# Black vent motors discontinued



## ez360

I went to the surplus center site to check up on the specs for the black vent motors and it appears they've been discontinued. Just wanted to let everyone know that i found them on amazon but for about double the price bummer.


----------



## RoxyBlue

I saw that the other day, too. Major bummer They're such a useful piece of equipment for prop builders.

Still findable, but they will cost more.


----------



## Otaku

Bad news. I found them at SciPlus for $7.95, and actually found a guy who's selling them for $25 each . Hopefully these motors won't go away altogether.


----------



## austenandrews

Bummer. Guess I'll have to try some other kinds.


----------



## Terrormaster

Sounds to me like a few places learned of the demand and use and bought out supplies so they can gouge prices around this time of year. 

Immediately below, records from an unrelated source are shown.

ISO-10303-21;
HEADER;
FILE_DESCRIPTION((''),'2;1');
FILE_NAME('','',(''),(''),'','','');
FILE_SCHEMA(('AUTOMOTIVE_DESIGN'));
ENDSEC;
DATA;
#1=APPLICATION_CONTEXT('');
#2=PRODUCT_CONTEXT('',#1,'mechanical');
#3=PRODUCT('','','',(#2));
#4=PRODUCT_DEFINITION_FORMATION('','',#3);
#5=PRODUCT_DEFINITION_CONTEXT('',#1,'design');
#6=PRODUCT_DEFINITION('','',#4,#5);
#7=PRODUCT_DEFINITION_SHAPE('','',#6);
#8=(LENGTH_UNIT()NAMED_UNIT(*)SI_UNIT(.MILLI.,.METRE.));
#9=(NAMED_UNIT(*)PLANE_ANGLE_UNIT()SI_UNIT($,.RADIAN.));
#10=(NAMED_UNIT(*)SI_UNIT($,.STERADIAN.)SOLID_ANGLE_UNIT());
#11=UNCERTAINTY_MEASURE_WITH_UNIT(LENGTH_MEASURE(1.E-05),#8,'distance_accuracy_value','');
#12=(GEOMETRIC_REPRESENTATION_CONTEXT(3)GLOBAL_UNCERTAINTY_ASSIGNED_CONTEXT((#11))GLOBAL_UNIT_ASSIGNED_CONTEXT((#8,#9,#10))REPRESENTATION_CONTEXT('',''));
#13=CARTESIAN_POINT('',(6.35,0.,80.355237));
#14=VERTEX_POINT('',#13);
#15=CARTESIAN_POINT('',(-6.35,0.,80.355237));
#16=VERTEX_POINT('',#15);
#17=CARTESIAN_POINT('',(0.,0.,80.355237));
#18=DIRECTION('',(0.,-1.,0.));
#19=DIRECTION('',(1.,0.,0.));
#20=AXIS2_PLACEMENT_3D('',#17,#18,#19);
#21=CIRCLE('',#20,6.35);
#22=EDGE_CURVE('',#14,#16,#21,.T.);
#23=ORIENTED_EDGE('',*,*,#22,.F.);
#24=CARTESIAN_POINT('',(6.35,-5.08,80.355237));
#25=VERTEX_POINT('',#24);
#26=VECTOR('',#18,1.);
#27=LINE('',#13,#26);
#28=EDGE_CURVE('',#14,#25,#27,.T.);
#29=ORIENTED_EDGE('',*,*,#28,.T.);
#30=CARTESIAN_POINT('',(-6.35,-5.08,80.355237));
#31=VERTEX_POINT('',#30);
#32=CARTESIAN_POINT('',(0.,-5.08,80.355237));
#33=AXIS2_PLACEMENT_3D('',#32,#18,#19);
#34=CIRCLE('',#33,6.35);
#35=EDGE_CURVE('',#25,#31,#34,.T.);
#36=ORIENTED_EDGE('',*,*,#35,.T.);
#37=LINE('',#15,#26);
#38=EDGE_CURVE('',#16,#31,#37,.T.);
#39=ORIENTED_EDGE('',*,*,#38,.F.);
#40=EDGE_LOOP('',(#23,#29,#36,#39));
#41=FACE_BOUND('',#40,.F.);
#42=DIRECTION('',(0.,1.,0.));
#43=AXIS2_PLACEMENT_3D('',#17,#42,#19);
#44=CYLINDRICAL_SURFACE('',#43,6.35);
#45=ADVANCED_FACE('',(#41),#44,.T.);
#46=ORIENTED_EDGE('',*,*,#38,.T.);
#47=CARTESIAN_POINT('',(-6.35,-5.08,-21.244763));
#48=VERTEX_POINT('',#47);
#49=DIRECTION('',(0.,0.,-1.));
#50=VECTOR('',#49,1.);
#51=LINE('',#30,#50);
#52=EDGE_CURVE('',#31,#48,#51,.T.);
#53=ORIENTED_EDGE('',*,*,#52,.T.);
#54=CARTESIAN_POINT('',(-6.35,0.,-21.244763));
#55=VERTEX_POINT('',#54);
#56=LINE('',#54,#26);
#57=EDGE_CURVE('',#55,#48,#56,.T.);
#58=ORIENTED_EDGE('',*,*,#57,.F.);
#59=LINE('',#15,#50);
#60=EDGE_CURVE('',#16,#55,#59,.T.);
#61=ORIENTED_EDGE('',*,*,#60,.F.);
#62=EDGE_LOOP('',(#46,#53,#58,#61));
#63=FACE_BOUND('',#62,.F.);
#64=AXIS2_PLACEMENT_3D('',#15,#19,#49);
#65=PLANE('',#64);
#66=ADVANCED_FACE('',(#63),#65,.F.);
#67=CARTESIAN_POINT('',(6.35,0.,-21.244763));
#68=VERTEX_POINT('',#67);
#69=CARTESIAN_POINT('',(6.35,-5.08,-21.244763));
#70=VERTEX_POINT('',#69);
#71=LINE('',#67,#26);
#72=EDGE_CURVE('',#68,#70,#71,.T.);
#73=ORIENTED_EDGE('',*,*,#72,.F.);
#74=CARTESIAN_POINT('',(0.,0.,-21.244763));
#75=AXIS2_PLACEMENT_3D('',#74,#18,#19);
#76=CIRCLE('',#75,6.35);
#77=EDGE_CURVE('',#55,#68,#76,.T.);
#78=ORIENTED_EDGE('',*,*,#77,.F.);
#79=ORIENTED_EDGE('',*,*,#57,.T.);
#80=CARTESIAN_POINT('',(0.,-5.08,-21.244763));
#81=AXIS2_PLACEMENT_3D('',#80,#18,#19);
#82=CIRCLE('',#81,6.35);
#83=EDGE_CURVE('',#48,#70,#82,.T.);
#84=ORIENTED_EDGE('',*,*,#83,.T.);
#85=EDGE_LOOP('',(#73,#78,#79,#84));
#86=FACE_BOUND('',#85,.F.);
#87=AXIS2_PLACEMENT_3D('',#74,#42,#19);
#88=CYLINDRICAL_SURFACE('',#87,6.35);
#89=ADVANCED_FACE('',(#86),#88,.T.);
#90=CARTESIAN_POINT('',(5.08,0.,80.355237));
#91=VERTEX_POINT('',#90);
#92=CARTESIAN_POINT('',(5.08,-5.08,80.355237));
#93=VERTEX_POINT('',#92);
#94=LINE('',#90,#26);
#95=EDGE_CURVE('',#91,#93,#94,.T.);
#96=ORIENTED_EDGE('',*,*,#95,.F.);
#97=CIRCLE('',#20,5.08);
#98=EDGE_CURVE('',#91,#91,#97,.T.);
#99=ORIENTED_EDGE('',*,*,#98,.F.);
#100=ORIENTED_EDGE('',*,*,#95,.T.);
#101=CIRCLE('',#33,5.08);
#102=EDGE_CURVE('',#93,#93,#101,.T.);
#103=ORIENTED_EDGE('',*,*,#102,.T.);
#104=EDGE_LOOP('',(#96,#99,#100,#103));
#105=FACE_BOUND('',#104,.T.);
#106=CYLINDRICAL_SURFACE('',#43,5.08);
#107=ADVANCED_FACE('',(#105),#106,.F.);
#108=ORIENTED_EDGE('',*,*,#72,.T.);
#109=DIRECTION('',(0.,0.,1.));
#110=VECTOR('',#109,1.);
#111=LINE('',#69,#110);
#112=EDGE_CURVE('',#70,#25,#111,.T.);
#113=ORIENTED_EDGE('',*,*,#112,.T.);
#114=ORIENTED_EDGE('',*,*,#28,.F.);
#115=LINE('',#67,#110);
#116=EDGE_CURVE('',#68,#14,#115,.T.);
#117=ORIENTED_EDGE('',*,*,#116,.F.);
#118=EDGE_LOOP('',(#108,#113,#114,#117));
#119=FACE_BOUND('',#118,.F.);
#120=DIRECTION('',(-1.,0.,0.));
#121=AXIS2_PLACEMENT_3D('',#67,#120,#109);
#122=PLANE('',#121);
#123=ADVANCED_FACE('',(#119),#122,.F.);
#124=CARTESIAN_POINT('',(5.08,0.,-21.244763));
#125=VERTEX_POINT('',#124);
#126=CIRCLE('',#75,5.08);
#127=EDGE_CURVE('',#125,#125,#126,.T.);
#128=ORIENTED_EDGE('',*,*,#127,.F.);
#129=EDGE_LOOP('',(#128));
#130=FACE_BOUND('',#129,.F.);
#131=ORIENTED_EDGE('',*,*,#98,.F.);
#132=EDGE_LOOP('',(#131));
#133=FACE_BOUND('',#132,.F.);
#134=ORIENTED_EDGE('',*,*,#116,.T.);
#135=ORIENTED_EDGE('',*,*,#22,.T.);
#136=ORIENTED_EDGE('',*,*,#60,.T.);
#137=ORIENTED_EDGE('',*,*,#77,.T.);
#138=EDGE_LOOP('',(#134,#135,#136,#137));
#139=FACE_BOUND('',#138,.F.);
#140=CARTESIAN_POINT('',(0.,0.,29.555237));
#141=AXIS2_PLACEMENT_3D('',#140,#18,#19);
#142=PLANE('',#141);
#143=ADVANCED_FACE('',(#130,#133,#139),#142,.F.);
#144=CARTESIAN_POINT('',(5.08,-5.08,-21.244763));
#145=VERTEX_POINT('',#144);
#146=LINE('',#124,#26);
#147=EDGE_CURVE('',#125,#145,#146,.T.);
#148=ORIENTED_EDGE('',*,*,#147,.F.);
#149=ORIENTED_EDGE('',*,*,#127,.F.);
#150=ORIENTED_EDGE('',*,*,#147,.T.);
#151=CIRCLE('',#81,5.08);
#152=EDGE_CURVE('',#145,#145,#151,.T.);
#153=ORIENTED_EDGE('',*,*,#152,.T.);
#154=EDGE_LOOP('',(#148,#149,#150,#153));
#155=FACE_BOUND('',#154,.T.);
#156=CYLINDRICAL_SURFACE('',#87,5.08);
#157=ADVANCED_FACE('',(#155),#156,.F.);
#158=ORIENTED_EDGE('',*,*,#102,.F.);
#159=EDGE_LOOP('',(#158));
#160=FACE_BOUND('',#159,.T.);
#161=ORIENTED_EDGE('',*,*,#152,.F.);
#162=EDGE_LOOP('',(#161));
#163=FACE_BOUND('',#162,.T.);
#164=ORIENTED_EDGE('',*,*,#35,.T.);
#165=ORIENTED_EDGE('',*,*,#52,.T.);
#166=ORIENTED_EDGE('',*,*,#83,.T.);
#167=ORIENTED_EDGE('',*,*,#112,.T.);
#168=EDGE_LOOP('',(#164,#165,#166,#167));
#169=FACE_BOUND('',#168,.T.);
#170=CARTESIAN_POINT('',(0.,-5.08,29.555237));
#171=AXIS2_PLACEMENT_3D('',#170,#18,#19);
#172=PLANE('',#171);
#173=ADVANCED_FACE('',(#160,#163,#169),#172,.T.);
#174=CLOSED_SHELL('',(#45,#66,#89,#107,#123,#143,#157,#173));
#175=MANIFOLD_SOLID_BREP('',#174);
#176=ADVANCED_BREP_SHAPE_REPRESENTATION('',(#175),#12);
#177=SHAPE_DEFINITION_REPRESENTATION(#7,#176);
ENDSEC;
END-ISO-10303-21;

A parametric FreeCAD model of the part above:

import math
import FreeCAD as App
import Part
import Sketcher
Q = App.Units.Quantity

doc = App.newDocument("Part")
body = doc.addObject("PartDesign::Body", "Body")

sketch1 = doc.addObject("Sketcher::SketchObject", "Sketch")
body.addObject(sketch1)
sketch1.AttachmentSupport = (doc.XZ_Plane, [""])
sketch1.MapMode = "FlatFace"
sketch1.addGeometry(Part.LineSegment(App.Vector(6, -21, 0), App.Vector(6, 80, 0)), False)
sketch1.addGeometry(Part.ArcOfCircle(Part.Circle(App.Vector(0, 80, 0), App.Vector(0, 0, 1), 6), math.radians(0), math.radians(180)), False)
sketch1.addGeometry(Part.LineSegment(App.Vector(-6, 80, 0), App.Vector(-6, -21, 0)), False)
sketch1.addGeometry(Part.ArcOfCircle(Part.Circle(App.Vector(0, -21, 0), App.Vector(0, 0, 1), 6), math.radians(180), math.radians(360)), False)
sketch1.addGeometry(Part.Circle(App.Vector(0, -21, 0), App.Vector(0, 0, 1), 5), False)
sketch1.addGeometry(Part.Circle(App.Vector(0, 80, 0), App.Vector(0, 0, 1), 5), False)
sketch1.addConstraint(Sketcher.Constraint("Tangent", 0, 2, 1, 1))
sketch1.addConstraint(Sketcher.Constraint("Tangent", 1, 2, 2, 1))
sketch1.addConstraint(Sketcher.Constraint("Tangent", 2, 2, 3, 1))
sketch1.addConstraint(Sketcher.Constraint("Tangent", 3, 2, 0, 1))
sketch1.addConstraint(Sketcher.Constraint("Vertical", 0))
sketch1.addConstraint(Sketcher.Constraint("Vertical", 2))
sketch1.addConstraint(Sketcher.Constraint("Coincident", 4, 3, 3, 3))
sketch1.addConstraint(Sketcher.Constraint("Coincident", 5, 3, 1, 3))
sketch1.addConstraint(Sketcher.Constraint("Equal", 4, 5))
sketch1.addConstraint(Sketcher.Constraint("PointOnObject", 1, 3, -2))
sketch1.addConstraint(Sketcher.Constraint("Diameter", 4, Q("0.4 in")))
sketch1.addConstraint(Sketcher.Constraint("DistanceY", 0, 1, 0, 2, Q("4 in")))
sketch1.addConstraint(Sketcher.Constraint("Radius", 1, Q("0.25 in")))
sketch1.addConstraint(Sketcher.Constraint("DistanceY", -1, 1, 1, 3, 80.355237))
pad1 = doc.addObject("PartDesign::Pad", "Pad")
body.addObject(pad1)
pad1.Profile = sketch1
pad1.Length = Q("0.2 in")

doc.recompute()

*takes off tinfoil hat and goes back into the shadows*


----------



## ez360

Yeah that's what I'm thinking too. It's a little odd that both electronics goldmine and surplus center discontinued them.


----------



## niblique71

So now we'll be having the $24 prop challenge?? Yea that stinks, and it will make the $20 prop challenge more interesting.


----------



## Spooky1

I hope it's not the manufacturer that has discontinued the motors.


----------



## RoxyBlue

I just sent an email to their tech help asking if they would be restocking the motor. I'll let folks know if I hear anything from them.


----------



## pshort

They wouldn't last long if there are very many people buying 50 or more at a time.


----------



## heresjohnny

These motors have been for sale for at least a couple of years, everyone had plenty of a chance to get some. Had I known they were running out of stock I would have bought a bunch myself. This is not the first cool and enexpensive prop thing on surplus that has run out before everyone could some, and it wont be the last.


----------



## RoxyBlue

I got a reply back from Surplus Center (all caps - I guess he thought I might be deaf):

HELLO,

I NEED THE EXACT ITEM NUMBER TO VERIFY FOR SURE, BUT IF YOU ARE REFERING TO THE PLASTIC GEAR MOTOR, NO IT WAS A SURPLUS ITEM AND IF WE CAN FIND THAT TYPE OF GEAR MOTOR AGAIN, WE WILL MAKE IT AVAILABLE AT THAT TIME.

THANK YOU


So there we go. We can check back now and then to see if they restock, but it does not look promising.


----------



## HomeyDaClown

A worldwide automotive parts dealer has cornered 40,000 of these motors (TRW PP-GF30) and is offering to sell the lot for $180,000....
Now that's a bargain! Only $4.50 per motor!

http://allworldautomotive.com/sitemap/inv/inv7261.html

But really, even at $10 those motors are a bargain if you consider that auto parts stores get around $50 for for a blend door motor like that. Good thing I stocked up last year.


----------



## austenandrews

I wondered if those kind of surplus items might run out eventually.


----------



## Otaku

Homey, you sure they're the same motor? The PP-GF30 refers to the resin used for the motor case (polypropylene, 30% glass-filled). That said, the pic sure looks like it's the one. Maybe these are the clowns that bought out all the surplus houses?


----------



## Spooky1

I wonder if you can get them from a Chrysler service department?


----------



## pshort

Spooky1 said:


> I wonder if you can get them from a Chrysler service department?


Probably, but the problem would be the price.


----------



## pshort

austenandrews said:


> I wondered if those kind of surplus items might run out eventually.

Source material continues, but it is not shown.